▶ [EXERCISE] Of the lines in the data below, write out exactly those from the one holding "#76=CARTESIAN_POINT('',(197.239738,0.,24.222606));" through the one holding "#87=CARTESIAN_POINT('',(24.519738,0.,44.542606));", both included.

Saved data entries:
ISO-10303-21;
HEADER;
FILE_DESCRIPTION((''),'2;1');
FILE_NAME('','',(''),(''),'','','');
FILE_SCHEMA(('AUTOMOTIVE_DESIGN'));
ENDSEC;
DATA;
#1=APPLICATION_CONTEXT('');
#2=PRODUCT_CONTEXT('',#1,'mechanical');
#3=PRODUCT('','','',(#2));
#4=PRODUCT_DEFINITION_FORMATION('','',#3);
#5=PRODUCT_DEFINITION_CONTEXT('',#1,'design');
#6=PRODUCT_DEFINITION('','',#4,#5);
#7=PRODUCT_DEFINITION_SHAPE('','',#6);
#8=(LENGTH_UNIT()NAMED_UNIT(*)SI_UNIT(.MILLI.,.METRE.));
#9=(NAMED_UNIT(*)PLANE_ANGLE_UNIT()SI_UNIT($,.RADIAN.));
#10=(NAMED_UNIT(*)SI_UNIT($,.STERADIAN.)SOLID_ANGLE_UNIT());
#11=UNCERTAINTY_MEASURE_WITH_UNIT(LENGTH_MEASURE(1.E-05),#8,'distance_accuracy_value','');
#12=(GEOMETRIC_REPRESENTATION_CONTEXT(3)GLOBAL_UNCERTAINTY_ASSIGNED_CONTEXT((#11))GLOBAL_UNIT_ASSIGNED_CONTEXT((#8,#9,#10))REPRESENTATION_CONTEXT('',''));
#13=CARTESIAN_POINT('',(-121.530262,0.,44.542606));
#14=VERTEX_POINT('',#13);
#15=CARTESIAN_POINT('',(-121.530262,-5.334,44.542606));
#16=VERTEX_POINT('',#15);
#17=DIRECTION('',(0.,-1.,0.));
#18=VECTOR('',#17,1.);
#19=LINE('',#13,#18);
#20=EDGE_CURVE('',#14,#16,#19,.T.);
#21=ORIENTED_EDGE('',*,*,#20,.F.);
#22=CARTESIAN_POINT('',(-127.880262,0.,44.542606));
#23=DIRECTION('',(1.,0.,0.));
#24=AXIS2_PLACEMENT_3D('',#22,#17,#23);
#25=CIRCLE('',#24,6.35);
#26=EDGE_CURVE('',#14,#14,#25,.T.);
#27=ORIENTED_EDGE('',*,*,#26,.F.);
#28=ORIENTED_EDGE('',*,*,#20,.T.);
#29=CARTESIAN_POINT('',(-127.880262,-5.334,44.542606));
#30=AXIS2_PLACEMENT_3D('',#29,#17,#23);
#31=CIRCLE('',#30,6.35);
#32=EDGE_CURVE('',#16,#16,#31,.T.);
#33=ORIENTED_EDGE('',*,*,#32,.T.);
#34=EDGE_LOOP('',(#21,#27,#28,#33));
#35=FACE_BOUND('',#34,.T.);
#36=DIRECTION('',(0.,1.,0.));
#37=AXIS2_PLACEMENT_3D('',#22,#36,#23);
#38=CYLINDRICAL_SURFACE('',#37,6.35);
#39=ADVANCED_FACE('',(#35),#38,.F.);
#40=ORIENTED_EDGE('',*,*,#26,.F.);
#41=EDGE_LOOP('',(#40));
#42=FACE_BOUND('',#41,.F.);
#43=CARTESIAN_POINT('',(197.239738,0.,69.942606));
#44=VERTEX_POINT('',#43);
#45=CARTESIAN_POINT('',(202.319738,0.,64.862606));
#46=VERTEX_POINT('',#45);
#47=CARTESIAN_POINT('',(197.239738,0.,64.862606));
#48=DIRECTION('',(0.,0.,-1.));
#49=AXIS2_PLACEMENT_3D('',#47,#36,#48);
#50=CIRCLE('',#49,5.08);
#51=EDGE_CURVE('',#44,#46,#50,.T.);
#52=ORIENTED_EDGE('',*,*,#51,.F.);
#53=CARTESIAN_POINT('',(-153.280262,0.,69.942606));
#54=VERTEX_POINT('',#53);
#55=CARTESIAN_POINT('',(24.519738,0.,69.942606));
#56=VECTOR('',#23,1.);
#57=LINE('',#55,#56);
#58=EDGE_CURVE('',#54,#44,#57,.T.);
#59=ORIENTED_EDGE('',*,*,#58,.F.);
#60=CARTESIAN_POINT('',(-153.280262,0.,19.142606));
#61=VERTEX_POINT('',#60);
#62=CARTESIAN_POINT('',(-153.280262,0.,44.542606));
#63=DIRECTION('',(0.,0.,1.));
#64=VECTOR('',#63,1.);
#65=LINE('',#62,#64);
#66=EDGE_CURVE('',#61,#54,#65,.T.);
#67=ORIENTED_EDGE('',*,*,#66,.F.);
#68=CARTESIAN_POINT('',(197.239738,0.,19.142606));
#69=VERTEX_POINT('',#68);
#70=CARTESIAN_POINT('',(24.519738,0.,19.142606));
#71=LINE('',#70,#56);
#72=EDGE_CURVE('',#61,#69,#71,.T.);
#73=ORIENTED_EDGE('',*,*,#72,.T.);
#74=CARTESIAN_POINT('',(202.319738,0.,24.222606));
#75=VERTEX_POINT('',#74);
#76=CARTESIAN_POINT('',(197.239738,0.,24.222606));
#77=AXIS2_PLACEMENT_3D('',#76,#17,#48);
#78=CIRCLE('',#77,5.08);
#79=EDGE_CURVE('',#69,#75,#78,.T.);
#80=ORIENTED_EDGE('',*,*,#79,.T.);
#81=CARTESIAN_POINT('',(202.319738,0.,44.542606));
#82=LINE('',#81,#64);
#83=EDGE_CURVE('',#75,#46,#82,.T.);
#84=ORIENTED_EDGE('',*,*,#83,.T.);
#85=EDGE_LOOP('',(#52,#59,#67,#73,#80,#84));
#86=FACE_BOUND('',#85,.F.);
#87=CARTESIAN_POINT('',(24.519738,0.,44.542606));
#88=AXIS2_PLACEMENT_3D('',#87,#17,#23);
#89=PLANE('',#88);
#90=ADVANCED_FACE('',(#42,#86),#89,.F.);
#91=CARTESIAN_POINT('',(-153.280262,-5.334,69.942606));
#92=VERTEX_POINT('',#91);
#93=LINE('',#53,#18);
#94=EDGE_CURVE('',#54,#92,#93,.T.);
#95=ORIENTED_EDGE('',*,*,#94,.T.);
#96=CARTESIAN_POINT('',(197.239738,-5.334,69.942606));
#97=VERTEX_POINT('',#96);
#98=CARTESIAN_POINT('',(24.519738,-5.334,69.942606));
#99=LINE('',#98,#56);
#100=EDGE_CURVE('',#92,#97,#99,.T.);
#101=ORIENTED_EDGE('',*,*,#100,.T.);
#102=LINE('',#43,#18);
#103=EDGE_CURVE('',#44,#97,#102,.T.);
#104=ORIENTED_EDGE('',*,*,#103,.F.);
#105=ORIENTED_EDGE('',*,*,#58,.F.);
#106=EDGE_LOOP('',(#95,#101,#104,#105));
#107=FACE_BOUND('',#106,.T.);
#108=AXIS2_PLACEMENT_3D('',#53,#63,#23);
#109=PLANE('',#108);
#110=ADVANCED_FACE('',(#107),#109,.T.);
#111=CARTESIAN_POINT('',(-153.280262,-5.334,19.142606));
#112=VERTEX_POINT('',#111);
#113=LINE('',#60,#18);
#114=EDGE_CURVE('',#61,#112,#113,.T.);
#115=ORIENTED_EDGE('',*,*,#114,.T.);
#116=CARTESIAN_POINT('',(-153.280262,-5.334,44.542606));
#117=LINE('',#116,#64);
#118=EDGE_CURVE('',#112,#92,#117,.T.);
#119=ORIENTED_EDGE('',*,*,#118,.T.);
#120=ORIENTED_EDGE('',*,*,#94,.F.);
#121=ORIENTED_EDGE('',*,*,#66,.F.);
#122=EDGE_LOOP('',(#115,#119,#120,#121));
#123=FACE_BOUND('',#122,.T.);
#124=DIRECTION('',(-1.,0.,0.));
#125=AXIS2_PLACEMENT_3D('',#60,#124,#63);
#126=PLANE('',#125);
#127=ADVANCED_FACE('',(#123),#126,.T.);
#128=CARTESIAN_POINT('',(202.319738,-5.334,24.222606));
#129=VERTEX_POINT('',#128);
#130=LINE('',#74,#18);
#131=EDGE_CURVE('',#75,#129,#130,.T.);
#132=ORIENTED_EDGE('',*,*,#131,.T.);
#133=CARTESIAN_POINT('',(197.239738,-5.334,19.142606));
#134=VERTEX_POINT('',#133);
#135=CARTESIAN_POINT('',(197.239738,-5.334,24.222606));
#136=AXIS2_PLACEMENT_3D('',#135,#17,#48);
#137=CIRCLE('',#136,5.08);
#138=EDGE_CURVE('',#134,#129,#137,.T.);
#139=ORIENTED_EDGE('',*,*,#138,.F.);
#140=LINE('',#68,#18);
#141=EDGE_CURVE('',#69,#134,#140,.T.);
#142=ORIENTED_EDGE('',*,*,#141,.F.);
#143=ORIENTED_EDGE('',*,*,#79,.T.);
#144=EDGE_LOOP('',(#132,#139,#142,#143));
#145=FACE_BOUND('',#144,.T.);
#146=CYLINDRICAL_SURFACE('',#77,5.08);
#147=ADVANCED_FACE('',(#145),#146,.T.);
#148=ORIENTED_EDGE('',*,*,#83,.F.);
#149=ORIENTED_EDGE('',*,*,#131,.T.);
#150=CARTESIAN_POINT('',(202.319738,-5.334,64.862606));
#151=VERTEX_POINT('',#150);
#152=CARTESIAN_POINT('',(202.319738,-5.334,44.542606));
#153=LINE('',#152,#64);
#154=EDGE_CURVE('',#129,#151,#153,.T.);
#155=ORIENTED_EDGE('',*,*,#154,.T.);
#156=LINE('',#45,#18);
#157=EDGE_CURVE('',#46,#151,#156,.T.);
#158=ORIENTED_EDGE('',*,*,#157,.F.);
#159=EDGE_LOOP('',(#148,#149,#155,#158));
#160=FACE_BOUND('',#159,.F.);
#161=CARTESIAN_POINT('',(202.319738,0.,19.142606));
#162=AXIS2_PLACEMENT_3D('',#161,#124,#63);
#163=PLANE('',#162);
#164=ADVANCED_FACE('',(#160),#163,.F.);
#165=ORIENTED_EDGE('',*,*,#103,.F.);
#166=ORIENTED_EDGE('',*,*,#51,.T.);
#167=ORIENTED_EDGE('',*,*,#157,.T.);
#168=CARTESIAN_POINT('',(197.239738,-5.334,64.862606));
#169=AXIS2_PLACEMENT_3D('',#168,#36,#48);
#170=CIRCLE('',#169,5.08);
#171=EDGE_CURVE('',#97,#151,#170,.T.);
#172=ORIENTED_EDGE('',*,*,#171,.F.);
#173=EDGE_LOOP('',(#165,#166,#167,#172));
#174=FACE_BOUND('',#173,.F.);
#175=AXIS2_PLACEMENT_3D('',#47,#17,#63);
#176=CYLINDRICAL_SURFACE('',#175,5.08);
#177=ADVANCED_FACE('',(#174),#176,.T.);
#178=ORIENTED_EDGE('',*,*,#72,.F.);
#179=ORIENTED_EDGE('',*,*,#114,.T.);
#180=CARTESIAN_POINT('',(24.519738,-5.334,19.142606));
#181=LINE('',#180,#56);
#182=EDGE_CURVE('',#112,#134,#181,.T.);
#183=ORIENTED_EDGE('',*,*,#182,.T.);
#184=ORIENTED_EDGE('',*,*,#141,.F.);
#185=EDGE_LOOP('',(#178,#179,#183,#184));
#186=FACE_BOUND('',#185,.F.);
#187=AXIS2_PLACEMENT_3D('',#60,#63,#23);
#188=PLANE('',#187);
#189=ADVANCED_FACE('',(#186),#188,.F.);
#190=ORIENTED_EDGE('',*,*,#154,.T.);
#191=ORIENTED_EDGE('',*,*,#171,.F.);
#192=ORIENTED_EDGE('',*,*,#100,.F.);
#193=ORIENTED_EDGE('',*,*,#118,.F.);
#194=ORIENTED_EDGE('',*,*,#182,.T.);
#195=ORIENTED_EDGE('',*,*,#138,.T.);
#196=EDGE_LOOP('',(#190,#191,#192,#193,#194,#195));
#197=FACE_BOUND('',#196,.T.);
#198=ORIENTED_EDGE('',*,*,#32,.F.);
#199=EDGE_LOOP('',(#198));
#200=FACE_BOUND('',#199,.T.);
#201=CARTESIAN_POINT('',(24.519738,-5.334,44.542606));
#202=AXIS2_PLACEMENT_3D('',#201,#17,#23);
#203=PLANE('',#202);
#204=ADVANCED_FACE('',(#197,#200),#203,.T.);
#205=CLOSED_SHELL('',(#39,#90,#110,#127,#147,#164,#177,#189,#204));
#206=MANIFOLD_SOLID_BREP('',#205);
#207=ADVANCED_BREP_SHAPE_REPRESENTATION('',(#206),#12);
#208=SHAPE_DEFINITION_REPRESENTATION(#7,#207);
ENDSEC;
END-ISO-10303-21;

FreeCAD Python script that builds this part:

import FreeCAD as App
import Part
import Sketcher

V = App.Vector
Q = App.Units.Quantity


def edges_at(feature, points):
    """Names of the edges that pass closest to the given points."""
    edges = feature.Shape.Edges
    near = lambda p: min(range(len(edges)), key=lambda i: edges[i].distToShape(Part.Vertex(*p))[0])
    return sorted({f"Edge{near(p) + 1}" for p in points})


def add_polygon(sketch, points):
    """Adds a closed chain of lines whose ends are joined by coincident constraints."""
    first, n = sketch.GeometryCount, len(points)
    for a, b in zip(points, points[1:] + points[:1]):
        sketch.addGeometry(Part.LineSegment(App.Vector(*a, 0), App.Vector(*b, 0)), False)
    for i in range(n):
        sketch.addConstraint(Sketcher.Constraint("Coincident", first + i, 2, first + (i + 1) % n, 1))

doc = App.newDocument("Part")
body = doc.addObject("PartDesign::Body", "Body")

sketch1 = doc.addObject("Sketcher::SketchObject", "Sketch")
body.addObject(sketch1)
sketch1.AttachmentSupport = (doc.XZ_Plane, [""])
sketch1.MapMode = "FlatFace"
add_polygon(sketch1, [(-153, 70), (-153, 19), (202, 19), (202, 70)])
sketch1.addGeometry(Part.Circle(V(-128, 45, 0), V(0, 0, 1), 6), False)
sketch1.addConstraint([
    Sketcher.Constraint("Vertical", 0),
    Sketcher.Constraint("Horizontal", 1),
    Sketcher.Constraint("Vertical", 2),
    Sketcher.Constraint("Horizontal", 3),
    Sketcher.Constraint("Diameter", 4, Q("0.5 in")),
    Sketcher.Constraint("DistanceX", 1, 1, 1, 2, Q("14 in")),
    Sketcher.Constraint("DistanceY", 0, 2, 0, 1, Q("2 in")),
    Sketcher.Constraint("DistanceX", 0, 2, 4, 3, Q("1 in")),
    Sketcher.Constraint("DistanceY", 0, 2, 4, 3, Q("1 in")),
    Sketcher.Constraint("DistanceX", 4, 3, -1, 1, 127.880262),
    Sketcher.Constraint("DistanceY", -1, 1, 4, 3, 44.542606),
])
pad1 = doc.addObject("PartDesign::Pad", "Pad")
body.addObject(pad1)
pad1.Profile = sketch1
pad1.Length = Q("0.21 in")
doc.recompute()

fillet = doc.addObject("PartDesign::Fillet", "Fillet")
body.addObject(fillet)
fillet.Base = (pad1, edges_at(pad1, [(202.32, -2.667, 69.943), (202.32, -2.667, 19.143)]))
fillet.Radius = Q("0.2 in")

doc.recompute()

▶ [ANSWER TO THE PROBLEM]
#76=CARTESIAN_POINT('',(197.239738,0.,24.222606));
#77=AXIS2_PLACEMENT_3D('',#76,#17,#48);
#78=CIRCLE('',#77,5.08);
#79=EDGE_CURVE('',#69,#75,#78,.T.);
#80=ORIENTED_EDGE('',*,*,#79,.T.);
#81=CARTESIAN_POINT('',(202.319738,0.,44.542606));
#82=LINE('',#81,#64);
#83=EDGE_CURVE('',#75,#46,#82,.T.);
#84=ORIENTED_EDGE('',*,*,#83,.T.);
#85=EDGE_LOOP('',(#52,#59,#67,#73,#80,#84));
#86=FACE_BOUND('',#85,.F.);
#87=CARTESIAN_POINT('',(24.519738,0.,44.542606));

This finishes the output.